→ **WHAT YOU ARE ASKED TO DO**
Below are the records. Retype exactly the lines between the lines holding "f 333 293 331" and "f 382 337 381", inclusive.

Saved entries
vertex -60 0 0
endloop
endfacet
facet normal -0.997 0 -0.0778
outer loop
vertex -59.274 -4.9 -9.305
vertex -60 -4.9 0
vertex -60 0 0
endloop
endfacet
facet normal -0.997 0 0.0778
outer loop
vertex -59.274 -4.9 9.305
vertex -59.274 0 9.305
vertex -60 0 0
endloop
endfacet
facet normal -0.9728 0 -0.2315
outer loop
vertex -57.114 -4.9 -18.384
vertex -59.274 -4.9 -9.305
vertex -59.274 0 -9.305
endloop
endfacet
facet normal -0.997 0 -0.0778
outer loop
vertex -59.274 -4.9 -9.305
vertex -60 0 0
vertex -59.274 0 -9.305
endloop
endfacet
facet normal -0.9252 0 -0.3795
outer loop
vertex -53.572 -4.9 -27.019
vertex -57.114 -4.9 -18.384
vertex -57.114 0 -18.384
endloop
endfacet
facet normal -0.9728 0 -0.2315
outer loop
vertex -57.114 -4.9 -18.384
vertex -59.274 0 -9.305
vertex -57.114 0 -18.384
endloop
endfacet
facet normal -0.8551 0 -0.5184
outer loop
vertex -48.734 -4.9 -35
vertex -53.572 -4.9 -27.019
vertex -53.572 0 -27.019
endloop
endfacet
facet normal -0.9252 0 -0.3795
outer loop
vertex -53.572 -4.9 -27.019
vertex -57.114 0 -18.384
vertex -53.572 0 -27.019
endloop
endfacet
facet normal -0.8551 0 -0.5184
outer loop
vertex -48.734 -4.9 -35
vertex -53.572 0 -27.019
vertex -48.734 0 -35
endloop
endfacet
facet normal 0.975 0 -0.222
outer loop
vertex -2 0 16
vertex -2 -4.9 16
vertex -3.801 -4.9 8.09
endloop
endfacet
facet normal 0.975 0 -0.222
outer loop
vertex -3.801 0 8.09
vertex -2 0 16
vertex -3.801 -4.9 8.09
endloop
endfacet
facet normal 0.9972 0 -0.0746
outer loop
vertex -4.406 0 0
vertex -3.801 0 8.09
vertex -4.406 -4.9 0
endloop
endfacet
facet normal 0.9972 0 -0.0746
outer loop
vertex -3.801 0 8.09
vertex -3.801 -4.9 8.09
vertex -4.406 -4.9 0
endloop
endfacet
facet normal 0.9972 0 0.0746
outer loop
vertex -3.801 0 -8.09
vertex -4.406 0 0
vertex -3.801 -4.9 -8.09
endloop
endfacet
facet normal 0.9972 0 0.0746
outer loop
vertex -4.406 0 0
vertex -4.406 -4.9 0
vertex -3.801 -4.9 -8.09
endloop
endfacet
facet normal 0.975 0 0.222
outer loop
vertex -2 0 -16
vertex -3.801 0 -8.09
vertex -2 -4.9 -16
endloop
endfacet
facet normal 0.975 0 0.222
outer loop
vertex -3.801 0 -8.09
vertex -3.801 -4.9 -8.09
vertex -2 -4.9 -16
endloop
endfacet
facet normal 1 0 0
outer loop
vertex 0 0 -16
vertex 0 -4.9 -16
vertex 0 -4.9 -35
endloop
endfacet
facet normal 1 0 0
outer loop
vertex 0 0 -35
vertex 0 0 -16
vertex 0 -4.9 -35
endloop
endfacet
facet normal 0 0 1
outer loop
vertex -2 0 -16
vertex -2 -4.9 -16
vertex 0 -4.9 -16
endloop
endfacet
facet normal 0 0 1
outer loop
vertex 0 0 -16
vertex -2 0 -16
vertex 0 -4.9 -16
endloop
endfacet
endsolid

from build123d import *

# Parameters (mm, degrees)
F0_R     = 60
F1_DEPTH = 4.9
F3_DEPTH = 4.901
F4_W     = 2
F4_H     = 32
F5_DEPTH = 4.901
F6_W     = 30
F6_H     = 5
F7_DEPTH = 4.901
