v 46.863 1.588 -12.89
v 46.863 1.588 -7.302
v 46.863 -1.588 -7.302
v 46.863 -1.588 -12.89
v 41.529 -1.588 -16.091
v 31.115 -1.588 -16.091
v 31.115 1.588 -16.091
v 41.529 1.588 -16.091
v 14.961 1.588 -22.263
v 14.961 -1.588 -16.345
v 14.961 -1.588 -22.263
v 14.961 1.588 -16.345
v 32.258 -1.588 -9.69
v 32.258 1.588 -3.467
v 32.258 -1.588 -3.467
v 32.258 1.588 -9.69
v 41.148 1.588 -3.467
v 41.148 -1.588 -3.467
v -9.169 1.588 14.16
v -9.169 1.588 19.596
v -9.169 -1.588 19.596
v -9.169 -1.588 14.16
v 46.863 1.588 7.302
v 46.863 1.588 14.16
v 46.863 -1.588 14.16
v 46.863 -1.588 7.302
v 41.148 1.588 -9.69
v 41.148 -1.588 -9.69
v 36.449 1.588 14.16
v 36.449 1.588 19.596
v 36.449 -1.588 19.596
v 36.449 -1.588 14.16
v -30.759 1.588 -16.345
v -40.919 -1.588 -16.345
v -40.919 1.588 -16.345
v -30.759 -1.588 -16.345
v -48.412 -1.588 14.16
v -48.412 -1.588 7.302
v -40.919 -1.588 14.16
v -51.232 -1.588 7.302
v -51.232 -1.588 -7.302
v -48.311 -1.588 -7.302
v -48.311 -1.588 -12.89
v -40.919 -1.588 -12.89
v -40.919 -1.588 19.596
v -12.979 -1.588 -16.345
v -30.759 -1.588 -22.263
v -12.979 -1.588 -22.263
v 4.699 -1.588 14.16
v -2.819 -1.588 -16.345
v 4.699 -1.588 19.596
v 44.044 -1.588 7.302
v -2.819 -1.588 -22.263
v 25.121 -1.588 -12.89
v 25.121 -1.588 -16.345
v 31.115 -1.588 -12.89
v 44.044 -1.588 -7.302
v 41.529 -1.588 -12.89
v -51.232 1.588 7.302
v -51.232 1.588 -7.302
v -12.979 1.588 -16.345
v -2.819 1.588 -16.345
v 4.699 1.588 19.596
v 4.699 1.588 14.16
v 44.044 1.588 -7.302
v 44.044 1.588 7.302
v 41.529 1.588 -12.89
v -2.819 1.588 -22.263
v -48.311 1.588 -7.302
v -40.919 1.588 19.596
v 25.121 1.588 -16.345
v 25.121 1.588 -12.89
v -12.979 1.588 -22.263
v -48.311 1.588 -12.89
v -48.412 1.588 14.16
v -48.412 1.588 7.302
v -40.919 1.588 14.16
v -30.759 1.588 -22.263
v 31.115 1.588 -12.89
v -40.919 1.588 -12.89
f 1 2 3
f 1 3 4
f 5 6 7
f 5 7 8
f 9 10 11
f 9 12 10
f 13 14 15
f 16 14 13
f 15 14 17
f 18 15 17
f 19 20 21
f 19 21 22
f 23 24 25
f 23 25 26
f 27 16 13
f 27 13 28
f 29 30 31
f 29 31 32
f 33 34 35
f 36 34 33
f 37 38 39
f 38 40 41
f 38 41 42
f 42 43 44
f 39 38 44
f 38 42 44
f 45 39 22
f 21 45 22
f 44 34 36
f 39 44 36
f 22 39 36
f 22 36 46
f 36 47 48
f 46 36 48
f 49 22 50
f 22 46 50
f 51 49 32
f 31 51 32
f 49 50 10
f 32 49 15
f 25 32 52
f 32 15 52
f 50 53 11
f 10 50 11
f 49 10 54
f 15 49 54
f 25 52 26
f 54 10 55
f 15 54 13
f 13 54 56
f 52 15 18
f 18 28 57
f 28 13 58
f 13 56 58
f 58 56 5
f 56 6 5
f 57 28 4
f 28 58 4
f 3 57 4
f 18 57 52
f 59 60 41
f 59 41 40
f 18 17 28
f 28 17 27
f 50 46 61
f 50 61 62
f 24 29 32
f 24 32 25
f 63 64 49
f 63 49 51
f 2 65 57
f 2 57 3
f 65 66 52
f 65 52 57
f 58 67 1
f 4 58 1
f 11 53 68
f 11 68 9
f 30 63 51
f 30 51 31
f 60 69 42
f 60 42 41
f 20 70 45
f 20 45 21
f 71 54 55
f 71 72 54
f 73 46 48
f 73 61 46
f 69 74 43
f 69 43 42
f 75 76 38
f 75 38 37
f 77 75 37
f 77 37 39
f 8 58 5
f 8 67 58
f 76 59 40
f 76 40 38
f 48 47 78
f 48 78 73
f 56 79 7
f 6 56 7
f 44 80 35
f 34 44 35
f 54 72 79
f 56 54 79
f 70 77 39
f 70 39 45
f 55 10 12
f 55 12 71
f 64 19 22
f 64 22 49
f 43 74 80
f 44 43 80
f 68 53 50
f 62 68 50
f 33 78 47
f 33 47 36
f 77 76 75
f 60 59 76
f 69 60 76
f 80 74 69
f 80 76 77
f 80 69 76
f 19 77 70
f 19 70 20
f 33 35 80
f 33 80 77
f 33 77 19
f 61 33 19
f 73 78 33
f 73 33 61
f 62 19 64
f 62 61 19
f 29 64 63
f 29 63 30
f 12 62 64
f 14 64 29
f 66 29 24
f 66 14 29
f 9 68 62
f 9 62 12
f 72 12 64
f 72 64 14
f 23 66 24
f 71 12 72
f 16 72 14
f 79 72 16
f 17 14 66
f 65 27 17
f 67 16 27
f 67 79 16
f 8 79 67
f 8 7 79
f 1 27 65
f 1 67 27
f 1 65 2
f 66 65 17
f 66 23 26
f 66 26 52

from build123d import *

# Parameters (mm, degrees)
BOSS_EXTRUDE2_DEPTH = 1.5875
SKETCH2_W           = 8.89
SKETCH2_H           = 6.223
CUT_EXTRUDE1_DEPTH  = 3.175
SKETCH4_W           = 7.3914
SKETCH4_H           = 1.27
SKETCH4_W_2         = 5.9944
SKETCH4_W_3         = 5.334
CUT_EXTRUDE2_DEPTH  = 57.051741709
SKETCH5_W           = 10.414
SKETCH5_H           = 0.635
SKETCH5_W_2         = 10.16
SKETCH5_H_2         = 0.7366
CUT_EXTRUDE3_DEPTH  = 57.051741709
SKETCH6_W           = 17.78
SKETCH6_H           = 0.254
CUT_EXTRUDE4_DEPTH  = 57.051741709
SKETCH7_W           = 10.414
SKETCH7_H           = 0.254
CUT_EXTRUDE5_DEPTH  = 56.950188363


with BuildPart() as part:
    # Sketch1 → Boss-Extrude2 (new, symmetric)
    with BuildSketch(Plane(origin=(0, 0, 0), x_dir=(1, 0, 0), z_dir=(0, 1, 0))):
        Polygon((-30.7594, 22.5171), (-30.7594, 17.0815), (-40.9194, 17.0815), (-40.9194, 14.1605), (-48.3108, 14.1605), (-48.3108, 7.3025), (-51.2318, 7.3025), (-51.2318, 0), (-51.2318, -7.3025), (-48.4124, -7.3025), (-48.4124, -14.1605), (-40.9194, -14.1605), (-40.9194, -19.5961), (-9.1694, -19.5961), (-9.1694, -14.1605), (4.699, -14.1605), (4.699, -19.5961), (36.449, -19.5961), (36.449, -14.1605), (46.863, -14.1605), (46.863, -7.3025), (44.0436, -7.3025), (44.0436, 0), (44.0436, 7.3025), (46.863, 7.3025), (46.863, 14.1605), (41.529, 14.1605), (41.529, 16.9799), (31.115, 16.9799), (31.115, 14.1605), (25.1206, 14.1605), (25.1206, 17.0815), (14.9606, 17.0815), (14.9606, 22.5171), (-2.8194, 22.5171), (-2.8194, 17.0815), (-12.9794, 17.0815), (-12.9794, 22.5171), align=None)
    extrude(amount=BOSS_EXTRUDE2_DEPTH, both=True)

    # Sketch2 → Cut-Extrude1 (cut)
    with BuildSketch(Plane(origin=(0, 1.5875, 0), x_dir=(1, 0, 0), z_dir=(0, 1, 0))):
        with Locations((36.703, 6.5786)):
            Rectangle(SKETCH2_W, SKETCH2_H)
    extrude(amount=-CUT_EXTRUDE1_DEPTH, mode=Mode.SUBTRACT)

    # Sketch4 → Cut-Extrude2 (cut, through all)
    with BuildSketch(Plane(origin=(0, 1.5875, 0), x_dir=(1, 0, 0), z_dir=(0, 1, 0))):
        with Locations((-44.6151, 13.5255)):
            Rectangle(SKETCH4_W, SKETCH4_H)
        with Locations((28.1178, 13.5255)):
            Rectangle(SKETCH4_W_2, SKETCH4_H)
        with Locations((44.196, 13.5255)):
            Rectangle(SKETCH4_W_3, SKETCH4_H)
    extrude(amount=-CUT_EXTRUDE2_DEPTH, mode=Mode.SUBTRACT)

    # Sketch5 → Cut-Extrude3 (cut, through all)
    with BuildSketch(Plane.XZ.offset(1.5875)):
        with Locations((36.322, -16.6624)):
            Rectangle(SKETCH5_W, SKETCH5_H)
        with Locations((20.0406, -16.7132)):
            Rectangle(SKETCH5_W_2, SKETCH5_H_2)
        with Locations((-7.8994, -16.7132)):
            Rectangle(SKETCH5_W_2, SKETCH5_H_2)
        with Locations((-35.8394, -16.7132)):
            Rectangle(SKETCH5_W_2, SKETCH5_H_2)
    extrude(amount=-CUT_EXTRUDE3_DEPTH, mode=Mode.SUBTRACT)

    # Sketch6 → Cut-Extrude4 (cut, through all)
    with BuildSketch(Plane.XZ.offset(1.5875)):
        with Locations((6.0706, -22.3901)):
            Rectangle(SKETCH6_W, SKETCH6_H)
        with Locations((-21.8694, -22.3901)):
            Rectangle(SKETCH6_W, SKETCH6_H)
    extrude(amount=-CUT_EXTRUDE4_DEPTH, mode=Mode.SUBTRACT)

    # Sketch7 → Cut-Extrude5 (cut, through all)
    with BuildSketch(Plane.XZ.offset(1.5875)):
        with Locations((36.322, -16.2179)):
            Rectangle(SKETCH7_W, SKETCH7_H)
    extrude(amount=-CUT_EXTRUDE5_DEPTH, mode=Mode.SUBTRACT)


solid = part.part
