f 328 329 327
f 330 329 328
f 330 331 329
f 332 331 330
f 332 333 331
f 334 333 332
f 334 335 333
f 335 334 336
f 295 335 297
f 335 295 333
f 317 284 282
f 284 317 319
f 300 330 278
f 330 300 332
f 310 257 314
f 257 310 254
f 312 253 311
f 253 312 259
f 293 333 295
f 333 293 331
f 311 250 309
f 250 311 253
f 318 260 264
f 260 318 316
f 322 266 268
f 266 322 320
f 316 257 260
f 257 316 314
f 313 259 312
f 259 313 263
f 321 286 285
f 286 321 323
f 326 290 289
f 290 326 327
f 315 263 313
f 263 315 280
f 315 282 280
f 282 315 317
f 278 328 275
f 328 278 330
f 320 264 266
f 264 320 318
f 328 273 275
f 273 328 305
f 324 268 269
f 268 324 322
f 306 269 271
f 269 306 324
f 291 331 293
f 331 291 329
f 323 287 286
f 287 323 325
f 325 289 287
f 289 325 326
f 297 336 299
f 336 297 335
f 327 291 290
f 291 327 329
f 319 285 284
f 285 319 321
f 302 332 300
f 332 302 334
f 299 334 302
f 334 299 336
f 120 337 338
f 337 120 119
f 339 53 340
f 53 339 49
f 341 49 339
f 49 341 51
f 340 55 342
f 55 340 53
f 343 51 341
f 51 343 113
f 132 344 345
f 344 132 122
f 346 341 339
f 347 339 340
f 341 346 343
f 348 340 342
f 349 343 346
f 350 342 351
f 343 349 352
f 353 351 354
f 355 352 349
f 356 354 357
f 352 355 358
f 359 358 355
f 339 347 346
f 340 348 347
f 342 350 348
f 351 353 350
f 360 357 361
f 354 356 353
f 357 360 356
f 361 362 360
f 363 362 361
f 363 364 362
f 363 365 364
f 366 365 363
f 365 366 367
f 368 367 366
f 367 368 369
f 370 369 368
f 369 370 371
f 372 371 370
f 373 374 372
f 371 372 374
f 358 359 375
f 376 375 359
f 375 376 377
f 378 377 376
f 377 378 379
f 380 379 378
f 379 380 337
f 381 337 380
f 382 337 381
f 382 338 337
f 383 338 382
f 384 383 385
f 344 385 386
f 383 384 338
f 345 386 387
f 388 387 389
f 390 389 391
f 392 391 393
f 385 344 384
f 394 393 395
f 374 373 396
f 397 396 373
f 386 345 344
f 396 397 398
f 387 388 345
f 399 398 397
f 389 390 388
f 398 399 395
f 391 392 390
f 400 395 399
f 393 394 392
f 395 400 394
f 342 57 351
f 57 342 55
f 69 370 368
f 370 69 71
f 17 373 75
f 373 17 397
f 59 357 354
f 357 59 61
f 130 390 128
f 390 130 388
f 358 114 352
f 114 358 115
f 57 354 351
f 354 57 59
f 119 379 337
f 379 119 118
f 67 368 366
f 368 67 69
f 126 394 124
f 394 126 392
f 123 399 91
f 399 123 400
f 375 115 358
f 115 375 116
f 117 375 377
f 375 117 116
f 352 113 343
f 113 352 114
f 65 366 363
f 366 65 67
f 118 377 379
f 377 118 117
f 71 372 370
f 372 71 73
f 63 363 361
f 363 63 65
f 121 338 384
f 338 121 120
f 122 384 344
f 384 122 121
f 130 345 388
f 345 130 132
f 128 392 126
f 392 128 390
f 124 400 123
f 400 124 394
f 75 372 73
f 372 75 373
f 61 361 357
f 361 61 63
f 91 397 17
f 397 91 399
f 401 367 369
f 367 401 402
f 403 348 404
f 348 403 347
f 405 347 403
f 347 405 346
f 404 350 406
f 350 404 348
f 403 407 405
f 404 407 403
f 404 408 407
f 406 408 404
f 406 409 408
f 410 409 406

→ **SOLUTION FOR THIS PROBLEM**
f 333 293 331
f 311 250 309
f 250 311 253
f 318 260 264
f 260 318 316
f 322 266 268
f 266 322 320
f 316 257 260
f 257 316 314
f 313 259 312
f 259 313 263
f 321 286 285
f 286 321 323
f 326 290 289
f 290 326 327
f 315 263 313
f 263 315 280
f 315 282 280
f 282 315 317
f 278 328 275
f 328 278 330
f 320 264 266
f 264 320 318
f 328 273 275
f 273 328 305
f 324 268 269
f 268 324 322
f 306 269 271
f 269 306 324
f 291 331 293
f 331 291 329
f 323 287 286
f 287 323 325
f 325 289 287
f 289 325 326
f 297 336 299
f 336 297 335
f 327 291 290
f 291 327 329
f 319 285 284
f 285 319 321
f 302 332 300
f 332 302 334
f 299 334 302
f 334 299 336
f 120 337 338
f 337 120 119
f 339 53 340
f 53 339 49
f 341 49 339
f 49 341 51
f 340 55 342
f 55 340 53
f 343 51 341
f 51 343 113
f 132 344 345
f 344 132 122
f 346 341 339
f 347 339 340
f 341 346 343
f 348 340 342
f 349 343 346
f 350 342 351
f 343 349 352
f 353 351 354
f 355 352 349
f 356 354 357
f 352 355 358
f 359 358 355
f 339 347 346
f 340 348 347
f 342 350 348
f 351 353 350
f 360 357 361
f 354 356 353
f 357 360 356
f 361 362 360
f 363 362 361
f 363 364 362
f 363 365 364
f 366 365 363
f 365 366 367
f 368 367 366
f 367 368 369
f 370 369 368
f 369 370 371
f 372 371 370
f 373 374 372
f 371 372 374
f 358 359 375
f 376 375 359
f 375 376 377
f 378 377 376
f 377 378 379
f 380 379 378
f 379 380 337
f 381 337 380
f 382 337 381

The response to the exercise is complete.